Nous avons donc besoin de repenser la manière dont nous organisons le travail. Comme le dit si bien Rishad Tobaccowala, le futur ne rentre plus dans les contenants du passé. Nos mesures de succès ne sont plus adaptées au contexte actuel. Ce n’est pas l’IA qu’il faut craindre, nous dit Beacraft, mais notre acharnement à préserver de vieux systèmes. Le futur du travail implique une réorganisation complète des habiletés humaines. L’ère des spécialistes tire à sa fin. Les généralistes pourront mettre leurs compétences au service de toutes les équipes d’une entreprise. L’exécution deviendra moins importante au profit de l’orchestration des ressources à notre disposition pour accomplir la tâche. Le travail sera basé sur des projets, pas des fonctions dans l’entreprise.

L’informatique spatiale

Plusieurs sessions ont positionné l’informatique spatiale (spatial computing) comme l’un des concepts les plus importants des prochaines années. C’était le cas de Neil Redding. Le concept regroupe l’ensemble des méthodes qui permettent de mêler le réel et le virtuel. C’est probablement la sortie récente du Apple Vision Pro qui a généré beaucoup d’intérêt autour de l’idée à SXSW mais Redding indique que l’idée est beaucoup plus vaste qu’un simple casque.

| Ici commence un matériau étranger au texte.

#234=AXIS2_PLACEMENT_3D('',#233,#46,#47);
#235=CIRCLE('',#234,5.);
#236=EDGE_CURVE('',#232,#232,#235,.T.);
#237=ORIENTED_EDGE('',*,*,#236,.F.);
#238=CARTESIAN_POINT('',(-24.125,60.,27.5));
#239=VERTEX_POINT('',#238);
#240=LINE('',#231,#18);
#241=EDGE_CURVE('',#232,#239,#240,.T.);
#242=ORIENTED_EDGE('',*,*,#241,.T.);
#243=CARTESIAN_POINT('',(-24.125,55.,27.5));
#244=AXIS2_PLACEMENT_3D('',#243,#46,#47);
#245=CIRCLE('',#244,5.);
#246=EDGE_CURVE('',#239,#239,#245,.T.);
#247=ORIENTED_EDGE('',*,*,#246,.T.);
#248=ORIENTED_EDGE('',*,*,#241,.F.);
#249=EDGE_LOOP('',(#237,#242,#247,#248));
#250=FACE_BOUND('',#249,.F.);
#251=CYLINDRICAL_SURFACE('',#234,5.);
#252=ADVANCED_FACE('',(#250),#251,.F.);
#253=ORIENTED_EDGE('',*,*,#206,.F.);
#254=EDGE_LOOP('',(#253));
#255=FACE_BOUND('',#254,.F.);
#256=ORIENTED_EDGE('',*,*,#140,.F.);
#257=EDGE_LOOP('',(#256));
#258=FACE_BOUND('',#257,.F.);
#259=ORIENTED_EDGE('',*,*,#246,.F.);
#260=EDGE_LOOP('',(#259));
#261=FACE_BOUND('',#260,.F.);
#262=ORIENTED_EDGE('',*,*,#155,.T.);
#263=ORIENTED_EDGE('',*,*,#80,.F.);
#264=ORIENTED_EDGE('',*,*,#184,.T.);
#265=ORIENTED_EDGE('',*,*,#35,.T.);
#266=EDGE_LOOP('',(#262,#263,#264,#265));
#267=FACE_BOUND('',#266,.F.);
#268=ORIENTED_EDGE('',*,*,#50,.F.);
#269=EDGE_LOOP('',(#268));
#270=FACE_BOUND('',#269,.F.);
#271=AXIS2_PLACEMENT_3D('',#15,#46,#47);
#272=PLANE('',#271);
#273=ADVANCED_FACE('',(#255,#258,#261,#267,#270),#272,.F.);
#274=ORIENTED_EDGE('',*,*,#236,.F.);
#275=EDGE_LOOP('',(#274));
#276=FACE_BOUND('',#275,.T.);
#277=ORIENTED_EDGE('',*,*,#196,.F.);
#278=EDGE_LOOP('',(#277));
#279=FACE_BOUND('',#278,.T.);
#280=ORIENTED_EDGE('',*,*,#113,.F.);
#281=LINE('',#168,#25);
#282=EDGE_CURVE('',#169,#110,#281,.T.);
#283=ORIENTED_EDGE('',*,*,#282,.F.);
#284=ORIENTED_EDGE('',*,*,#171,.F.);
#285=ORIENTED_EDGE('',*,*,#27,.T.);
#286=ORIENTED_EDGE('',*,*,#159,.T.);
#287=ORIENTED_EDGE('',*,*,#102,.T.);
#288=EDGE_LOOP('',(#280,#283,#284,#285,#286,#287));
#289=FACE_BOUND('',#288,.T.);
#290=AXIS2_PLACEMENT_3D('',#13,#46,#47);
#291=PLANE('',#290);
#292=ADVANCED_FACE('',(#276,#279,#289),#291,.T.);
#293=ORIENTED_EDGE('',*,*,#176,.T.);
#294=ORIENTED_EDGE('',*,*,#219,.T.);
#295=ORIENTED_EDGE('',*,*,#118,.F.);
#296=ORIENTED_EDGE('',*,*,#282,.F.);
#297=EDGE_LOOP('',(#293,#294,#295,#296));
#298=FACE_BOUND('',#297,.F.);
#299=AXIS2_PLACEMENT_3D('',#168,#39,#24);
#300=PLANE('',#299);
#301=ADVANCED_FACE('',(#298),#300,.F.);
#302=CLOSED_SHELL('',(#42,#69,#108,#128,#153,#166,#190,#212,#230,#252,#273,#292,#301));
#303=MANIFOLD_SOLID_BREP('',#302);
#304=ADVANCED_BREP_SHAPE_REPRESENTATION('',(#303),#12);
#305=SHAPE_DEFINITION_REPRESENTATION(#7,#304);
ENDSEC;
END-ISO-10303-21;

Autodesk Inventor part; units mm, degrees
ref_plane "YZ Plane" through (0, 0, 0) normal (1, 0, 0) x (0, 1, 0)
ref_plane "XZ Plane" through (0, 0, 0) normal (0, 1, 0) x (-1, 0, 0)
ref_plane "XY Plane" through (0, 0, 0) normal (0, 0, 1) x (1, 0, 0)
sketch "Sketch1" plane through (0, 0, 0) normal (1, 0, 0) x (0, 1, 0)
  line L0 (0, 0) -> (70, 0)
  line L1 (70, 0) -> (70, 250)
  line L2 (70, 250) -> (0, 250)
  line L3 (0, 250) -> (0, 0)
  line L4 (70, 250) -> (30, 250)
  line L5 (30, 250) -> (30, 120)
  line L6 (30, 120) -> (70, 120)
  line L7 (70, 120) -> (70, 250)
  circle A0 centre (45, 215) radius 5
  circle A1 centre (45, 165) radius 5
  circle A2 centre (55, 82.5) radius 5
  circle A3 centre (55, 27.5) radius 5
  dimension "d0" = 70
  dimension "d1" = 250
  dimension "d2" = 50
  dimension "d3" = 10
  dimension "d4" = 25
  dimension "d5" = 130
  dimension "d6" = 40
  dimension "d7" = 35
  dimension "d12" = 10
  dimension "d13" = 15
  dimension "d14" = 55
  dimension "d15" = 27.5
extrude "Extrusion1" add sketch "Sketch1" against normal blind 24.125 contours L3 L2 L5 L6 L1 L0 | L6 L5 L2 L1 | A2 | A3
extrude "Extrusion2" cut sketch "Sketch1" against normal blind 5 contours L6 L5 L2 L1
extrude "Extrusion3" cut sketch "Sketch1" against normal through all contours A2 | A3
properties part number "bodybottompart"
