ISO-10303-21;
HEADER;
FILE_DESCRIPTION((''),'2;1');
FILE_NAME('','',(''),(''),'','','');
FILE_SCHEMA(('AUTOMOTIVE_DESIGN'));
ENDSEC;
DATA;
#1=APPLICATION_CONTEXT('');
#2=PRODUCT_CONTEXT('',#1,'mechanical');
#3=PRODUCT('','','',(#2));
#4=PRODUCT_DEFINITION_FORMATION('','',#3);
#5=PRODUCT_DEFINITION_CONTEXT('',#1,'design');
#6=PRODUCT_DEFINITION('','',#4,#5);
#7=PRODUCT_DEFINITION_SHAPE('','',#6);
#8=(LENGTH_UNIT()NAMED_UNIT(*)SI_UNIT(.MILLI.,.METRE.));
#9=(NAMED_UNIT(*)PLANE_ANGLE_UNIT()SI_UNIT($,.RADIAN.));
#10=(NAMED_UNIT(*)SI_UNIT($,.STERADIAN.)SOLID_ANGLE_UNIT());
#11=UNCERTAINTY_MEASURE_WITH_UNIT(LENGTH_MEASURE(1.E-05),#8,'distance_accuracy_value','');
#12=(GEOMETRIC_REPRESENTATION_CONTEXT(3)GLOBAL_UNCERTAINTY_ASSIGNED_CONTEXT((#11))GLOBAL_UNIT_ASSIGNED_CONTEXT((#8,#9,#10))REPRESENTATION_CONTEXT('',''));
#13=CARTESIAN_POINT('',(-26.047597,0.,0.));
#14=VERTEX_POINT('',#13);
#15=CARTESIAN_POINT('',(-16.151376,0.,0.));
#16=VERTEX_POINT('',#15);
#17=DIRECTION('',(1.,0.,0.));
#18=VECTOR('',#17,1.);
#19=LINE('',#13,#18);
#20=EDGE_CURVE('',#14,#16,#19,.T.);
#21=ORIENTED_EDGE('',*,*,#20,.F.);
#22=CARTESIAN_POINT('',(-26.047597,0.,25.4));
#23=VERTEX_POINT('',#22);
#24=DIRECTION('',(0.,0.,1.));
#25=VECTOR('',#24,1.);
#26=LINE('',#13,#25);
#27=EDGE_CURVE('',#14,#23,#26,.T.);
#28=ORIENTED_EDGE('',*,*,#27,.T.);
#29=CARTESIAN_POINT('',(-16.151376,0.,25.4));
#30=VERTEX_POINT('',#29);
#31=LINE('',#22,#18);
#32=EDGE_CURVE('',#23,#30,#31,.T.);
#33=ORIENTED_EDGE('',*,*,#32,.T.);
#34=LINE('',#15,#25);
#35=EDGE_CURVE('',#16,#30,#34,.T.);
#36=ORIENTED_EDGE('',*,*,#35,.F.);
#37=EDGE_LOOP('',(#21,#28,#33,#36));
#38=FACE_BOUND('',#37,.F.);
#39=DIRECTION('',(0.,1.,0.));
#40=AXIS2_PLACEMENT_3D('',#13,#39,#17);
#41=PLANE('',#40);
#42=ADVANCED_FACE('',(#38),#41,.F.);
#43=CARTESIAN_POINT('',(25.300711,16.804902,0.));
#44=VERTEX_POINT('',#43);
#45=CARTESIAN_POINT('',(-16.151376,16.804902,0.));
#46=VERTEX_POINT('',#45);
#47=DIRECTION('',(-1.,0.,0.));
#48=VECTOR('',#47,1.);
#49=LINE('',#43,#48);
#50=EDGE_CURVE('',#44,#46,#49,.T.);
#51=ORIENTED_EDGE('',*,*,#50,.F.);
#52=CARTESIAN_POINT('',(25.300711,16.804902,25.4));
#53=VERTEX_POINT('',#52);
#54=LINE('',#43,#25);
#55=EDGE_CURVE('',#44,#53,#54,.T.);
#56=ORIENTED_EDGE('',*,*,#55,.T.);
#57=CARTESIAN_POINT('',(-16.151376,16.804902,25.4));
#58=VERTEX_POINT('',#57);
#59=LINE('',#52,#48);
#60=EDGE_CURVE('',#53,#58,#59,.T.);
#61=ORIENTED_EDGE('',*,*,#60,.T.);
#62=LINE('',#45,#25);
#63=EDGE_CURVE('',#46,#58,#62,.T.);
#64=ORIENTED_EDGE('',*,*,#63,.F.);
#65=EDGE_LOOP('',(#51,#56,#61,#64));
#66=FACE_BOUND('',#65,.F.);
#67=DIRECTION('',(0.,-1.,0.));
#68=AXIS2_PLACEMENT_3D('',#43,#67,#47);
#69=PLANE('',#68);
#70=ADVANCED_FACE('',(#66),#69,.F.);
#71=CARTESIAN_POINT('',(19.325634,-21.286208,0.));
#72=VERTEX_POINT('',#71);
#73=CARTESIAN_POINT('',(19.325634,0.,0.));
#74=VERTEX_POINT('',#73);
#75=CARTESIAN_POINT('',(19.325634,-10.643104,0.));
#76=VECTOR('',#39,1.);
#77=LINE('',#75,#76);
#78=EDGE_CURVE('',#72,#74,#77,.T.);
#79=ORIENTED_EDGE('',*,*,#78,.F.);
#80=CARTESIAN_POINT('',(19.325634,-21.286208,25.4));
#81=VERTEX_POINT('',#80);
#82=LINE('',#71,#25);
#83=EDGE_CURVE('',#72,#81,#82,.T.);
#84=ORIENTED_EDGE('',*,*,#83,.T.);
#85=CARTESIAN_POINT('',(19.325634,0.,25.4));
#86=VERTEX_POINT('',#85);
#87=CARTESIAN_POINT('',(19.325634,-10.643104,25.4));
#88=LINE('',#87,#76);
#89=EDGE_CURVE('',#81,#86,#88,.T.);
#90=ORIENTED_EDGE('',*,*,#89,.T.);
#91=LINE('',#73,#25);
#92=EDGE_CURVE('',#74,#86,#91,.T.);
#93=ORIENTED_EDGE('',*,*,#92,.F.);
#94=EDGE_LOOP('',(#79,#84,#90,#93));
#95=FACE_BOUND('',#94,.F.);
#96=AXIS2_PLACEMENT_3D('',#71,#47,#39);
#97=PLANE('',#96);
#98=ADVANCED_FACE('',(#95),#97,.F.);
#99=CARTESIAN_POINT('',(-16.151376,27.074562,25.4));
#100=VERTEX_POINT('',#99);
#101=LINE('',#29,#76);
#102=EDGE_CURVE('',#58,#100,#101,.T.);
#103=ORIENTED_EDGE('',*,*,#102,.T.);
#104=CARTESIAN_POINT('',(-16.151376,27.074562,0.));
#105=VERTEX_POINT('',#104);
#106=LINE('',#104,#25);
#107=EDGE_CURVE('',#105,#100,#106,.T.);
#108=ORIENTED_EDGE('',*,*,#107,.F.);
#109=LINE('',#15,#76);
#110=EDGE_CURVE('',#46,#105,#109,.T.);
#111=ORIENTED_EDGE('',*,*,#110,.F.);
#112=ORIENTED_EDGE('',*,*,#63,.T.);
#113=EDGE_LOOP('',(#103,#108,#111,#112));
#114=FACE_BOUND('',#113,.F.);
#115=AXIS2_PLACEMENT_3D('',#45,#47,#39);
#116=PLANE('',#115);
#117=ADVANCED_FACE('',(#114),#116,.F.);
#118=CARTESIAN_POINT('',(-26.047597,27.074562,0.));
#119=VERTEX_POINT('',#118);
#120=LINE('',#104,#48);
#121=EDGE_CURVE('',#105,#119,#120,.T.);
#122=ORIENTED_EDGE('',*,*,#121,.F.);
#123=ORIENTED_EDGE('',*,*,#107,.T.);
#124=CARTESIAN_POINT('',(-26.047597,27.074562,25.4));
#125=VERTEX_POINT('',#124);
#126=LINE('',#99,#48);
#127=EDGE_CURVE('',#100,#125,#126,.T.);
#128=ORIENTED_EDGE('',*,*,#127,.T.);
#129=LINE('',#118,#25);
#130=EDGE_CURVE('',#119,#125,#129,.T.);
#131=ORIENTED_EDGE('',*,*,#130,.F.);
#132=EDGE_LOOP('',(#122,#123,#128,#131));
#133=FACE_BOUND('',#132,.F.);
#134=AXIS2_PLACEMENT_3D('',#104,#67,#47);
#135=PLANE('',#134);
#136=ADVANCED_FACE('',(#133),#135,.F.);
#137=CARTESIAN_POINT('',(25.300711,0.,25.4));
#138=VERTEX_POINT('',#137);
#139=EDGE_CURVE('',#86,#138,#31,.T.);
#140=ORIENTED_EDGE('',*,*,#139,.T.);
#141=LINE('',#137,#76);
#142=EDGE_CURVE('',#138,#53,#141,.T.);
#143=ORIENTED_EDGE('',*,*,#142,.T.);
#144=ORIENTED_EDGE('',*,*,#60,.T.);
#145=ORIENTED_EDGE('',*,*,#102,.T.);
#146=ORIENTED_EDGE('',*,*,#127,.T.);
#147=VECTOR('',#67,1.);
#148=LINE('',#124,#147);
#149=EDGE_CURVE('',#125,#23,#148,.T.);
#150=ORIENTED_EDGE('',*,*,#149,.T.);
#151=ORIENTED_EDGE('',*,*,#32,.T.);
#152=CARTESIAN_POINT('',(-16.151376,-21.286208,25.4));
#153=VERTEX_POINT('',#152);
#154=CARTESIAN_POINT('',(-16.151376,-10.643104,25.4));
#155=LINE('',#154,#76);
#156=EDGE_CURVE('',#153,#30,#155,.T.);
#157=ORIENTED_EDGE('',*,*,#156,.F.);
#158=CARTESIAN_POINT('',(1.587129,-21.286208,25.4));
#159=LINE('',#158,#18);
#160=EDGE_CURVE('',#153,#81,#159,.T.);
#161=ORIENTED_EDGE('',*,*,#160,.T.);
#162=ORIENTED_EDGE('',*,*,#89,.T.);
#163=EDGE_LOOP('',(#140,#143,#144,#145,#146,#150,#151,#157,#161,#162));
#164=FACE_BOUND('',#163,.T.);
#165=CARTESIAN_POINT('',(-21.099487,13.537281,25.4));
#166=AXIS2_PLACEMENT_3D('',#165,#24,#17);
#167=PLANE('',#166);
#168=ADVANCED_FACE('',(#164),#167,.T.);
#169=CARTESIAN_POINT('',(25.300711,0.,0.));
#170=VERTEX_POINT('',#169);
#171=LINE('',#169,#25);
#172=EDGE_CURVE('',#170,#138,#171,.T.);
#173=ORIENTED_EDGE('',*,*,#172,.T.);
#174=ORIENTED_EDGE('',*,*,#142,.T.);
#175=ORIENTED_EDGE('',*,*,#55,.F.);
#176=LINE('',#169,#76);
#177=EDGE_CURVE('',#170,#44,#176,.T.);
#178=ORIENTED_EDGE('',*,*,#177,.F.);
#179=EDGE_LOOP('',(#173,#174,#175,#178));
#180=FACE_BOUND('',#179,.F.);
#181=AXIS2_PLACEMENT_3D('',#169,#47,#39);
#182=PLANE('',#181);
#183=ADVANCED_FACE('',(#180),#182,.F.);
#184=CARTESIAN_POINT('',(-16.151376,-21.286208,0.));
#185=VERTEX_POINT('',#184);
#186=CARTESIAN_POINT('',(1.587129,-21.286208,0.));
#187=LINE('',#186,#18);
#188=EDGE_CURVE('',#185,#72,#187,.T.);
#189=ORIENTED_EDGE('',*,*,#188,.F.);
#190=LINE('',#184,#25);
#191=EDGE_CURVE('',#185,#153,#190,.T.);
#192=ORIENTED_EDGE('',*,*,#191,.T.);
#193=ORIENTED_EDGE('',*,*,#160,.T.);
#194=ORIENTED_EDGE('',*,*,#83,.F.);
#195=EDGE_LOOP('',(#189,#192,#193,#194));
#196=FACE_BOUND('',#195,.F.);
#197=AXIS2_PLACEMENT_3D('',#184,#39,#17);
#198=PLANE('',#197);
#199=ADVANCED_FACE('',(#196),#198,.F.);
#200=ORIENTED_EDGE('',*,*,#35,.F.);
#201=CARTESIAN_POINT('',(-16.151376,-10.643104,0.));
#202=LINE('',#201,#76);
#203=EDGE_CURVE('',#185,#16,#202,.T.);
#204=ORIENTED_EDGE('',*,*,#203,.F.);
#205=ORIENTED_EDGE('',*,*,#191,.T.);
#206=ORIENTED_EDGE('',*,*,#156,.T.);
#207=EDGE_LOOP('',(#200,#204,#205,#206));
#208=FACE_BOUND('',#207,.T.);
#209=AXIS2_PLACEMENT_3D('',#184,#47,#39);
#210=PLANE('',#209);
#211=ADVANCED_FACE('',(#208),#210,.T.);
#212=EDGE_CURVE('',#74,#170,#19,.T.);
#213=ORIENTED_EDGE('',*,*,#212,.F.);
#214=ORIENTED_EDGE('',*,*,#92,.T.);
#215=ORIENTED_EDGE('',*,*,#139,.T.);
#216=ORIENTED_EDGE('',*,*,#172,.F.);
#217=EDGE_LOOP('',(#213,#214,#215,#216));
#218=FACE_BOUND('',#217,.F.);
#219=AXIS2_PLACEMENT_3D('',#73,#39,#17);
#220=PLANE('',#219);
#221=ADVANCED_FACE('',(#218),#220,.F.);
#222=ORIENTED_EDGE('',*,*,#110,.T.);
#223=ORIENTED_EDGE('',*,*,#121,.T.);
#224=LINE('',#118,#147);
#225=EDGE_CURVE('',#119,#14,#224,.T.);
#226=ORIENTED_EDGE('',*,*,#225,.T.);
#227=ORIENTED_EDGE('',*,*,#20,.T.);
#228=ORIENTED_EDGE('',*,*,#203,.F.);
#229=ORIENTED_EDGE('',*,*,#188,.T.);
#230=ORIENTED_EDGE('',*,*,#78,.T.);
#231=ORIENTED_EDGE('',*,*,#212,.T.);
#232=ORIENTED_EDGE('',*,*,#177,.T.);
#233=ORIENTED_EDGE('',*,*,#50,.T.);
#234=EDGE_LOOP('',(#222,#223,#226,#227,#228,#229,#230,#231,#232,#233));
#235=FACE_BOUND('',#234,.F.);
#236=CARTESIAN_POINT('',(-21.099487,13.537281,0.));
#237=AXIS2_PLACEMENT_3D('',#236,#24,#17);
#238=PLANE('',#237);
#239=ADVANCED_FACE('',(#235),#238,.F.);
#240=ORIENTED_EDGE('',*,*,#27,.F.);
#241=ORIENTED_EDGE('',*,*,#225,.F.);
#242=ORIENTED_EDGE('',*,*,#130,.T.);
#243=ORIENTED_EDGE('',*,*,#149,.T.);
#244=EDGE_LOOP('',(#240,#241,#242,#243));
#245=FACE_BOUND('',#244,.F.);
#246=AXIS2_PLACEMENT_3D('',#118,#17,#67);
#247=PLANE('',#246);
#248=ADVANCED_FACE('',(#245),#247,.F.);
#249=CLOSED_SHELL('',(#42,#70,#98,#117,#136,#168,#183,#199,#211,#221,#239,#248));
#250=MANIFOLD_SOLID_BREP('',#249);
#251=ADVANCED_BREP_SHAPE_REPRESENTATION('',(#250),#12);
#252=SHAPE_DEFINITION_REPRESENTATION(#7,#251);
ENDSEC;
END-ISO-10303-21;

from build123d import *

# Parameters (mm, degrees)
F0_W     = 35.47701
F0_H     = 21.286208
F1_DEPTH = 25.4


with BuildPart() as f1:
    # F0 (on Top) → F1 (new body)
    with BuildSketch(Plane.XY):
        Polygon((-16.151376, 27.074562), (-26.047597, 27.074562), (-26.047597, 0), (-16.151376, 0), (-16.151376, 16.804902), align=None)
        Polygon((25.300711, 16.804902), (-16.151376, 16.804902), (-16.151376, 0), (19.325634, 0), (25.300711, 0), align=None)
        with Locations((1.587129, -10.643104)):
            Rectangle(F0_W, F0_H)
    extrude(amount=F1_DEPTH)


solid = f1.part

L’élément qui manque souvent quand on mêle le virtuel au réel à travers un casque, c’est être ensemble. Quand nous sommes les seuls à voir les objets virtuels autour de nous, nous ne partageons pas la même réalité. L’informatique spatiale permet d’interagir avec notre environnement et ceux qui nous entourent. Notre regard sélectionne des options, nos mains bougent des objets qui n’existent pas, il s’agit d’une nouvelle gymnastique à laquelle nous n’avons pas été habitués. Mais qui pourrait devenir naturelle, selon Redding.

Redding pense qu’à terme, l’informatique spatiale et l’IA pourraient générer de nouveaux environnements à partir de nos interactions. Il appelle ça le “behaviorGPT”. Au lieu d’utiliser des commandes textuelles comme avec ChatGPT, nous utiliserions notre corps pour générer du contenu virtuel. Selon lui, c’est une nouvelle manière de co-créer nos réalités partagées qui s’offre à nous.

Ce n’est qu’un bref survol d’une semaine foisonnante de découvertes, de rencontres, d’expérimentations avec des prototypes. SXSW tient encore et toujours ses promesses de nous surprendre, entourés de centaines de milliers de festivaliers qui ont envie de construire la suite ensemble. Le futur est résolument un mouvement collectif.